Task objective.
Write out the stretch of lines below that begins at the line with "F_2_CLEARANCE_HOLE1_D = 2.7051" and ends at the line with "with BuildPart() as", including both, exactly as given and nothing more.

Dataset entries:
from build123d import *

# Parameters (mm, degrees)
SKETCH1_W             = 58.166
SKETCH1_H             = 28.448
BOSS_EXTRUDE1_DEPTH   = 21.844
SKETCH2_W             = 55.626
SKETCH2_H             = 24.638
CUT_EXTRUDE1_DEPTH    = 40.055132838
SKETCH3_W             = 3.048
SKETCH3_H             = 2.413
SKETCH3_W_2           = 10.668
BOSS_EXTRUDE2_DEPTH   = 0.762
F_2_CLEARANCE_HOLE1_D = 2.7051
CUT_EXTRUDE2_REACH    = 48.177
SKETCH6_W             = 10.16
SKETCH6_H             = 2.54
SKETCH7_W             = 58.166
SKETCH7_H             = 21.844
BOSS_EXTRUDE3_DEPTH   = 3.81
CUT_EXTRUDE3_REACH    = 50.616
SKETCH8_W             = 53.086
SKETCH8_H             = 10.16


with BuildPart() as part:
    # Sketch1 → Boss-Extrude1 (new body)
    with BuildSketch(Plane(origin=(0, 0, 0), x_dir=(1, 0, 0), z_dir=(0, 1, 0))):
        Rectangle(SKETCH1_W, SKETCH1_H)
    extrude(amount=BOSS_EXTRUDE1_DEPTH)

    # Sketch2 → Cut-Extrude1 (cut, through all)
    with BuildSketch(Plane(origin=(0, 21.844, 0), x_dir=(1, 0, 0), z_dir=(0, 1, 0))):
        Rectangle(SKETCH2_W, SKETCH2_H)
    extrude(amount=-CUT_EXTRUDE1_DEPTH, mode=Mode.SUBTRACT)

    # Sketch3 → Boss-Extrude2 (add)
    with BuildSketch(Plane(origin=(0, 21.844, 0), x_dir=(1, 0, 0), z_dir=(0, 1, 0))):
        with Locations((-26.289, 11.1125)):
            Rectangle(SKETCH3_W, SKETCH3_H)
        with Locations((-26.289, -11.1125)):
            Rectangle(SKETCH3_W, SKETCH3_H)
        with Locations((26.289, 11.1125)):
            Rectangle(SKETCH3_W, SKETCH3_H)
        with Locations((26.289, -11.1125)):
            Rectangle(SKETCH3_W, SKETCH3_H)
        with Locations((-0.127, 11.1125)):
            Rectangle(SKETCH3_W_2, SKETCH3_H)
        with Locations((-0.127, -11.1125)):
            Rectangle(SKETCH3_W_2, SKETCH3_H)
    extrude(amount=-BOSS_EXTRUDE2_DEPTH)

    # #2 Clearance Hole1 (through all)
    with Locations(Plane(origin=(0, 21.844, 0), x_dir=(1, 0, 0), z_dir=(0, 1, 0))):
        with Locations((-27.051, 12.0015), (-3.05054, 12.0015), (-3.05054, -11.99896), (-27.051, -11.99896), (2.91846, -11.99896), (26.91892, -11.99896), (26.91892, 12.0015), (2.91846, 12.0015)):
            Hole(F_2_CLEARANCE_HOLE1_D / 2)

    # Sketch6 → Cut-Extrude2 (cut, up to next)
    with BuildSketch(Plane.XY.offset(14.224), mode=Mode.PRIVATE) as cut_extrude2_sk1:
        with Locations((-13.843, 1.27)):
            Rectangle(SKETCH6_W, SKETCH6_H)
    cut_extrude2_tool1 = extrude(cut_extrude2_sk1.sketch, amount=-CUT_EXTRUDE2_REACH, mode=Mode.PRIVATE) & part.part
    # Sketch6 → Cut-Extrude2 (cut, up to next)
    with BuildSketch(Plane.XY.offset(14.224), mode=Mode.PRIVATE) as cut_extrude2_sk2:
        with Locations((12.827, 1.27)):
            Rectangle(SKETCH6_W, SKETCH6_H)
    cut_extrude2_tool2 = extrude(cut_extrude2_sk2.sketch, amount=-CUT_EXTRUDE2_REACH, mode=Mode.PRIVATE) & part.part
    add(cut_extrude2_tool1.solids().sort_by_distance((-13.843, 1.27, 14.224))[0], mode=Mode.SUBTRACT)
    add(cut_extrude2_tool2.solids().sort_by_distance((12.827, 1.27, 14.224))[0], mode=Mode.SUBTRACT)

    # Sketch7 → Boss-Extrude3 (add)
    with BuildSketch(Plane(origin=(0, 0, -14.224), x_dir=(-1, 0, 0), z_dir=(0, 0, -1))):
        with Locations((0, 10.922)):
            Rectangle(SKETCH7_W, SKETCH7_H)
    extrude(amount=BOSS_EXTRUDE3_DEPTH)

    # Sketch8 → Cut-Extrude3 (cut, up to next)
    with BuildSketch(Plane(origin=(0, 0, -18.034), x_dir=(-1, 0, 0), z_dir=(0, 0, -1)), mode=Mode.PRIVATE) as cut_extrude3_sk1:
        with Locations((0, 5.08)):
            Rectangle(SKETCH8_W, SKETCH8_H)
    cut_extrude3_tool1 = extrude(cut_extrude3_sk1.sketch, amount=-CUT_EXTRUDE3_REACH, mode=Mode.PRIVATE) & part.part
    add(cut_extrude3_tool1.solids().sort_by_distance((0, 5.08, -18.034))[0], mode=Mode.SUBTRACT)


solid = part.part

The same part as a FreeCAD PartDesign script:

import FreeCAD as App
import Part
import Sketcher
from FreeCAD import Vector
Q = App.Units.Quantity


def add_polygon(sketch, points):
    """Adds a closed chain of lines whose ends are joined by coincident constraints."""
    first, n = sketch.GeometryCount, len(points)
    for a, b in zip(points, points[1:] + points[:1]):
        sketch.addGeometry(Part.LineSegment(App.Vector(*a, 0), App.Vector(*b, 0)), False)
    for i in range(n):
        sketch.addConstraint(Sketcher.Constraint("Coincident", first + i, 2, first + (i + 1) % n, 1))

doc = App.newDocument("Part")
body = doc.addObject("PartDesign::Body", "Body")

sketch1 = body.newObject("Sketcher::SketchObject", "Sketch")
sketch1.AttachmentSupport = (doc.getObject("XZ_Plane"), [""])
sketch1.MapMode = "FlatFace"
add_polygon(sketch1, [(-29, -14), (-29, 14), (29, 14), (29, -14)])
sketch1.addConstraint([
    Sketcher.Constraint("Vertical", 0),
    Sketcher.Constraint("Horizontal", 1),
    Sketcher.Constraint("Vertical", 2),
    Sketcher.Constraint("Horizontal", 3),
    Sketcher.Constraint("Symmetric", 0, 2, 2, 2, -1, 1),
    Sketcher.Constraint("DistanceX", 1, 1, 1, 2, Q("2.29 in")),
    Sketcher.Constraint("DistanceY", 0, 1, 0, 2, Q("1.12 in")),
])
pad1 = body.newObject("PartDesign::Pad", "Pad")
pad1.Profile = sketch1
pad1.Length = Q("0.86 in")
pad1.Reversed = True

sketch2 = body.newObject("Sketcher::SketchObject", "Sketch001")
sketch2.AttachmentSupport = (doc.getObject("XZ_Plane"), [""])
sketch2.MapMode = "FlatFace"
sketch2.AttachmentOffset = App.Placement(Vector(0, 0, -0.86 * 25.4), App.Rotation())
add_polygon(sketch2, [(-28, -12), (-28, 12), (28, 12), (28, -12)])
sketch2.addConstraint([
    Sketcher.Constraint("Vertical", 0),
    Sketcher.Constraint("Horizontal", 1),
    Sketcher.Constraint("Vertical", 2),
    Sketcher.Constraint("Horizontal", 3),
    Sketcher.Constraint("Symmetric", 0, 2, 2, 2, -1, 1),
    Sketcher.Constraint("DistanceX", 1, 1, 1, 2, Q("2.19 in")),
    Sketcher.Constraint("DistanceY", 0, 1, 0, 2, Q("0.97 in")),
])
pocket1 = body.newObject("PartDesign::Pocket", "Pocket")
pocket1.Profile = sketch2
pocket1.Type = "ThroughAll"
pocket1.Reversed = True

sketch3 = body.newObject("Sketcher::SketchObject", "Sketch002")
sketch3.AttachmentSupport = (doc.getObject("XZ_Plane"), [""])
sketch3.MapMode = "FlatFace"
sketch3.AttachmentOffset = App.Placement(Vector(0, 0, -0.86 * 25.4), App.Rotation())
add_polygon(sketch3, [(-27.8, -12.3), (-27.8, -9.9), (-24.8, -9.9), (-24.8, -12.3)])
add_polygon(sketch3, [(-27.8, 9.9), (-27.8, 12.3), (-24.8, 12.3), (-24.8, 9.9)])
add_polygon(sketch3, [(24.8, -12.3), (24.8, -9.9), (27.8, -9.9), (27.8, -12.3)])
add_polygon(sketch3, [(24.8, 9.9), (24.8, 12.3), (27.8, 12.3), (27.8, 9.9)])
add_polygon(sketch3, [(-5.5, -12.3), (-5.5, -9.9), (5.2, -9.9), (5.2, -12.3)])
add_polygon(sketch3, [(-5.5, 9.9), (-5.5, 12.3), (5.2, 12.3), (5.2, 9.9)])
sketch3.addConstraint([
    Sketcher.Constraint("Vertical", 0),
    Sketcher.Constraint("Horizontal", 1),
    Sketcher.Constraint("Vertical", 2),
    Sketcher.Constraint("Horizontal", 3),
    Sketcher.Constraint("Vertical", 4),
    Sketcher.Constraint("Horizontal", 5),
    Sketcher.Constraint("Vertical", 6),
    Sketcher.Constraint("Horizontal", 7),
    Sketcher.Constraint("Vertical", 8),
    Sketcher.Constraint("Horizontal", 9),
    Sketcher.Constraint("Vertical", 10),
    Sketcher.Constraint("Horizontal", 11),
    Sketcher.Constraint("Vertical", 12),
    Sketcher.Constraint("Horizontal", 13),
    Sketcher.Constraint("Vertical", 14),
    Sketcher.Constraint("Horizontal", 15),
    Sketcher.Constraint("Vertical", 16),
    Sketcher.Constraint("Horizontal", 17),
    Sketcher.Constraint("Vertical", 18),
    Sketcher.Constraint("Horizontal", 19),
    Sketcher.Constraint("Vertical", 20),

Completed exercise.
F_2_CLEARANCE_HOLE1_D = 2.7051
CUT_EXTRUDE2_REACH    = 48.177
SKETCH6_W             = 10.16
SKETCH6_H             = 2.54
SKETCH7_W             = 58.166
SKETCH7_H             = 21.844
BOSS_EXTRUDE3_DEPTH   = 3.81
CUT_EXTRUDE3_REACH    = 50.616
SKETCH8_W             = 53.086
SKETCH8_H             = 10.16


with BuildPart() as part:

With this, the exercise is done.